> [DATASET]
========================================================================
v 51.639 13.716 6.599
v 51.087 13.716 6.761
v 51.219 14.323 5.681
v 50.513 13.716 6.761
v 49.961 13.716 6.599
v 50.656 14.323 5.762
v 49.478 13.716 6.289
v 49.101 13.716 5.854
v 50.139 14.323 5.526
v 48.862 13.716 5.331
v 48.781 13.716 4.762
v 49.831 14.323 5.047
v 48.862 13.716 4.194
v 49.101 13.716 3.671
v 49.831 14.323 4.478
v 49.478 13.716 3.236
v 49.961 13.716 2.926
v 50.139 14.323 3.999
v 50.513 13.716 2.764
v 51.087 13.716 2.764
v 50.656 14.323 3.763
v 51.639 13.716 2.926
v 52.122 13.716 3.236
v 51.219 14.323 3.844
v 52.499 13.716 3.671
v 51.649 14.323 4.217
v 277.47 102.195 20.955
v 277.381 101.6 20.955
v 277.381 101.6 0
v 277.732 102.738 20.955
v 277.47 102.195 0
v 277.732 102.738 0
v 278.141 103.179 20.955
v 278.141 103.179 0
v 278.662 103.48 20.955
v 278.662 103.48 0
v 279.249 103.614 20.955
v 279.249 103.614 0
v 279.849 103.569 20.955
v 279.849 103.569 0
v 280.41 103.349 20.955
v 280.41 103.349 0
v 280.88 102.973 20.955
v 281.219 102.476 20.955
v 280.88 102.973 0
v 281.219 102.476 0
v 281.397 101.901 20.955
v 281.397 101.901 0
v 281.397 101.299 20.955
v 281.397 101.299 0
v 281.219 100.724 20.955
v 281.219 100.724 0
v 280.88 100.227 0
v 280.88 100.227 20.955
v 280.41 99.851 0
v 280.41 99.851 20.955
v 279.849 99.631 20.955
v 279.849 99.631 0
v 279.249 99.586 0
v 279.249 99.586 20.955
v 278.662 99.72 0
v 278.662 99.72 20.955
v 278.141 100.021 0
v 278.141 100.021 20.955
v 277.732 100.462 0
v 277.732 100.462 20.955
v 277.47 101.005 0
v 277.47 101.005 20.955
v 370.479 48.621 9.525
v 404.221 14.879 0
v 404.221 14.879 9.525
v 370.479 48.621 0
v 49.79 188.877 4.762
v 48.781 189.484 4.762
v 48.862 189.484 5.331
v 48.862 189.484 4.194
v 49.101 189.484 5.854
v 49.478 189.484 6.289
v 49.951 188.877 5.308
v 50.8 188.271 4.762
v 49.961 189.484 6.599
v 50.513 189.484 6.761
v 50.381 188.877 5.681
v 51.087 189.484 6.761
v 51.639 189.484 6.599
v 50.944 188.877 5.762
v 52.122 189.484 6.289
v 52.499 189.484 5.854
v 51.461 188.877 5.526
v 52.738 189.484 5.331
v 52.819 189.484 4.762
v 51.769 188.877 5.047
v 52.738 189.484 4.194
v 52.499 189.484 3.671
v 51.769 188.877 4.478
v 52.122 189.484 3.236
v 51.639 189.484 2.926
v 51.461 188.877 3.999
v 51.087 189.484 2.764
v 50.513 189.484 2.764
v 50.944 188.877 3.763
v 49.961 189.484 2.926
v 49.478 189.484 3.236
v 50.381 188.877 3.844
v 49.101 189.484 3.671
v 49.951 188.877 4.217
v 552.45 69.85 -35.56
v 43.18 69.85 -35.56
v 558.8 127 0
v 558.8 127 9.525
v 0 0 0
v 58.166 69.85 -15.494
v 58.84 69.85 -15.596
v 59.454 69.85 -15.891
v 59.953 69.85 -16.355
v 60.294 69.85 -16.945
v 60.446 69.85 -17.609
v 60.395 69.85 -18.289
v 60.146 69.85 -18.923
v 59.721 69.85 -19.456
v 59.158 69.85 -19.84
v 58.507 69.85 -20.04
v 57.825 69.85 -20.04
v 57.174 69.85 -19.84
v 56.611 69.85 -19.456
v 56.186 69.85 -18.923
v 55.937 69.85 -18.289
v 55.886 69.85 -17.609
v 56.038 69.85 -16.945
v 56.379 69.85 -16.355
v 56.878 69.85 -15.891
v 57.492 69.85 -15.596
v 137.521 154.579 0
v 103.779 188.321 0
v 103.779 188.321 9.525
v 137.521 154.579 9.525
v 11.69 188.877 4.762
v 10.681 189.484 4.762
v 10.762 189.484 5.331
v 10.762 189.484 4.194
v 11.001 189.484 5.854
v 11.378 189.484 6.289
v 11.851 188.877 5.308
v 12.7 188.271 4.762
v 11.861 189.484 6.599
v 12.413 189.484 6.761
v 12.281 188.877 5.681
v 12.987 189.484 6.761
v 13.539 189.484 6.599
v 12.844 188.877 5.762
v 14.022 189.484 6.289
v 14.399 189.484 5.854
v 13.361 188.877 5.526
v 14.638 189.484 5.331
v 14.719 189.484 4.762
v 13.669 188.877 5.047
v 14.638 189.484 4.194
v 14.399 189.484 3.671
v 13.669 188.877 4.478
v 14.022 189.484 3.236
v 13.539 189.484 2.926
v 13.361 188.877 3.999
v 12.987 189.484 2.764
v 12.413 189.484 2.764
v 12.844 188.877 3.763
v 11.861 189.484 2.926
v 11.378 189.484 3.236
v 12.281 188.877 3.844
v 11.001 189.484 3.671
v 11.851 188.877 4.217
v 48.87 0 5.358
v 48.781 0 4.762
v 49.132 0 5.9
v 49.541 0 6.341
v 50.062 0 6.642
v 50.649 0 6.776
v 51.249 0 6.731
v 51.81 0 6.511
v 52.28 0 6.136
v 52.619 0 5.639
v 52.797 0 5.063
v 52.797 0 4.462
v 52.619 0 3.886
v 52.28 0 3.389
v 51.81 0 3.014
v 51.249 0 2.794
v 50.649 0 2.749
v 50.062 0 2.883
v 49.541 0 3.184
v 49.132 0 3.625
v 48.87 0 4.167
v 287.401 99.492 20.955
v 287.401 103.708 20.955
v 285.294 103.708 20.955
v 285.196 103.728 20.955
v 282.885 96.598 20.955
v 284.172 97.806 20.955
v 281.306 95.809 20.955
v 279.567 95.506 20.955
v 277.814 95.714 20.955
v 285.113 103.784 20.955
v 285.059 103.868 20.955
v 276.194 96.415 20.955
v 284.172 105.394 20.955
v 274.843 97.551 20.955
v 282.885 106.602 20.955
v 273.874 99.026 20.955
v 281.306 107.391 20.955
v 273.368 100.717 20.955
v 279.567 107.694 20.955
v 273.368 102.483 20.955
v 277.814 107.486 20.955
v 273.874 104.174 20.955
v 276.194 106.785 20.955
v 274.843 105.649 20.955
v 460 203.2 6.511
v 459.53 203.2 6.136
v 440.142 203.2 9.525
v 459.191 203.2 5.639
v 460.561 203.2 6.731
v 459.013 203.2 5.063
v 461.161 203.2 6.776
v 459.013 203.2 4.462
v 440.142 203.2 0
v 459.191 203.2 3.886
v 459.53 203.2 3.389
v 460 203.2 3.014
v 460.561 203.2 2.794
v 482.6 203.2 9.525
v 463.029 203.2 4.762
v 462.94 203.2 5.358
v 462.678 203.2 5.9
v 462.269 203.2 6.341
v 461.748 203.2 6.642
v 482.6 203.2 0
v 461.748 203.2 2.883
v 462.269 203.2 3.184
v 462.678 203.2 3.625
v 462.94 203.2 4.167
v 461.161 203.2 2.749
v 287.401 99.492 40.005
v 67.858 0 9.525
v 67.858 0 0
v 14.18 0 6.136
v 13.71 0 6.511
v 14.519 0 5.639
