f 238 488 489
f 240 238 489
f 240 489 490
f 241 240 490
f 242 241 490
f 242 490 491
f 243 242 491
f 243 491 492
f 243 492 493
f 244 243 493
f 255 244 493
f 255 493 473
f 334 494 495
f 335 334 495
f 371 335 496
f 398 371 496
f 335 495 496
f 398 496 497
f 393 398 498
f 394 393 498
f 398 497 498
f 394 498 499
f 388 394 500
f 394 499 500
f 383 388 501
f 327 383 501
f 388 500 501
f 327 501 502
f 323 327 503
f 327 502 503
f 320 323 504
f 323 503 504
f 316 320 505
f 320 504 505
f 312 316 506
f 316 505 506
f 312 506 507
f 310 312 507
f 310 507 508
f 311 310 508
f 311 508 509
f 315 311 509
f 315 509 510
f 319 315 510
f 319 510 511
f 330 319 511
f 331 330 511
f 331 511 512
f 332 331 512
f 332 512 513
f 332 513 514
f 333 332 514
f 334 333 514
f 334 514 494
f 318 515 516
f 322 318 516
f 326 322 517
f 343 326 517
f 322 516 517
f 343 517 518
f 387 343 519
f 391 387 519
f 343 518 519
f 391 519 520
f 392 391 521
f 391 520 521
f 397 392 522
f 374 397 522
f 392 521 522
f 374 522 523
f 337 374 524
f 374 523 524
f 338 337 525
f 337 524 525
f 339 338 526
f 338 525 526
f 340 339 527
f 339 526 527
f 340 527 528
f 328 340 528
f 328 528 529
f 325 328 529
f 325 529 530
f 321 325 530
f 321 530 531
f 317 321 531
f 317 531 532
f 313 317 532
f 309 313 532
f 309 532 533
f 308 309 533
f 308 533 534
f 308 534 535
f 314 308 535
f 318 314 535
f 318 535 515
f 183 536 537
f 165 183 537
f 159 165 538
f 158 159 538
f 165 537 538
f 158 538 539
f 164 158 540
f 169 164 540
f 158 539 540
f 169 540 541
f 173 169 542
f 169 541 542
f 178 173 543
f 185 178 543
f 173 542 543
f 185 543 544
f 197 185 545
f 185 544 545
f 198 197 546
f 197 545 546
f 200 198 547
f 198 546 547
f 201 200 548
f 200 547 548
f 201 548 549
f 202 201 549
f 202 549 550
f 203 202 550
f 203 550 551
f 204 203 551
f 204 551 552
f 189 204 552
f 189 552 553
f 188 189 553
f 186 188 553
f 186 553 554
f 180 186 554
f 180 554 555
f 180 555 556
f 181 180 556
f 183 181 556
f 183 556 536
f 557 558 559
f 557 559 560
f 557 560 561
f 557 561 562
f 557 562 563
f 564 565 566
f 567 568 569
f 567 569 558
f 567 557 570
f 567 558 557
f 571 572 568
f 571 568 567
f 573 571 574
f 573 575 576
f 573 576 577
========================================================================
Scan the listing above for the line that has "v 51.249 0 6.731", then copy exactly from that line through the line that has "v 273.874 104.174 20.955".

v 51.249 0 6.731
v 51.81 0 6.511
v 52.28 0 6.136
v 52.619 0 5.639
v 52.797 0 5.063
v 52.797 0 4.462
v 52.619 0 3.886
v 52.28 0 3.389
v 51.81 0 3.014
v 51.249 0 2.794
v 50.649 0 2.749
v 50.062 0 2.883
v 49.541 0 3.184
v 49.132 0 3.625
v 48.87 0 4.167
v 287.401 99.492 20.955
v 287.401 103.708 20.955
v 285.294 103.708 20.955
v 285.196 103.728 20.955
v 282.885 96.598 20.955
v 284.172 97.806 20.955
v 281.306 95.809 20.955
v 279.567 95.506 20.955
v 277.814 95.714 20.955
v 285.113 103.784 20.955
v 285.059 103.868 20.955
v 276.194 96.415 20.955
v 284.172 105.394 20.955
v 274.843 97.551 20.955
v 282.885 106.602 20.955
v 273.874 99.026 20.955
v 281.306 107.391 20.955
v 273.368 100.717 20.955
v 279.567 107.694 20.955
v 273.368 102.483 20.955
v 277.814 107.486 20.955
v 273.874 104.174 20.955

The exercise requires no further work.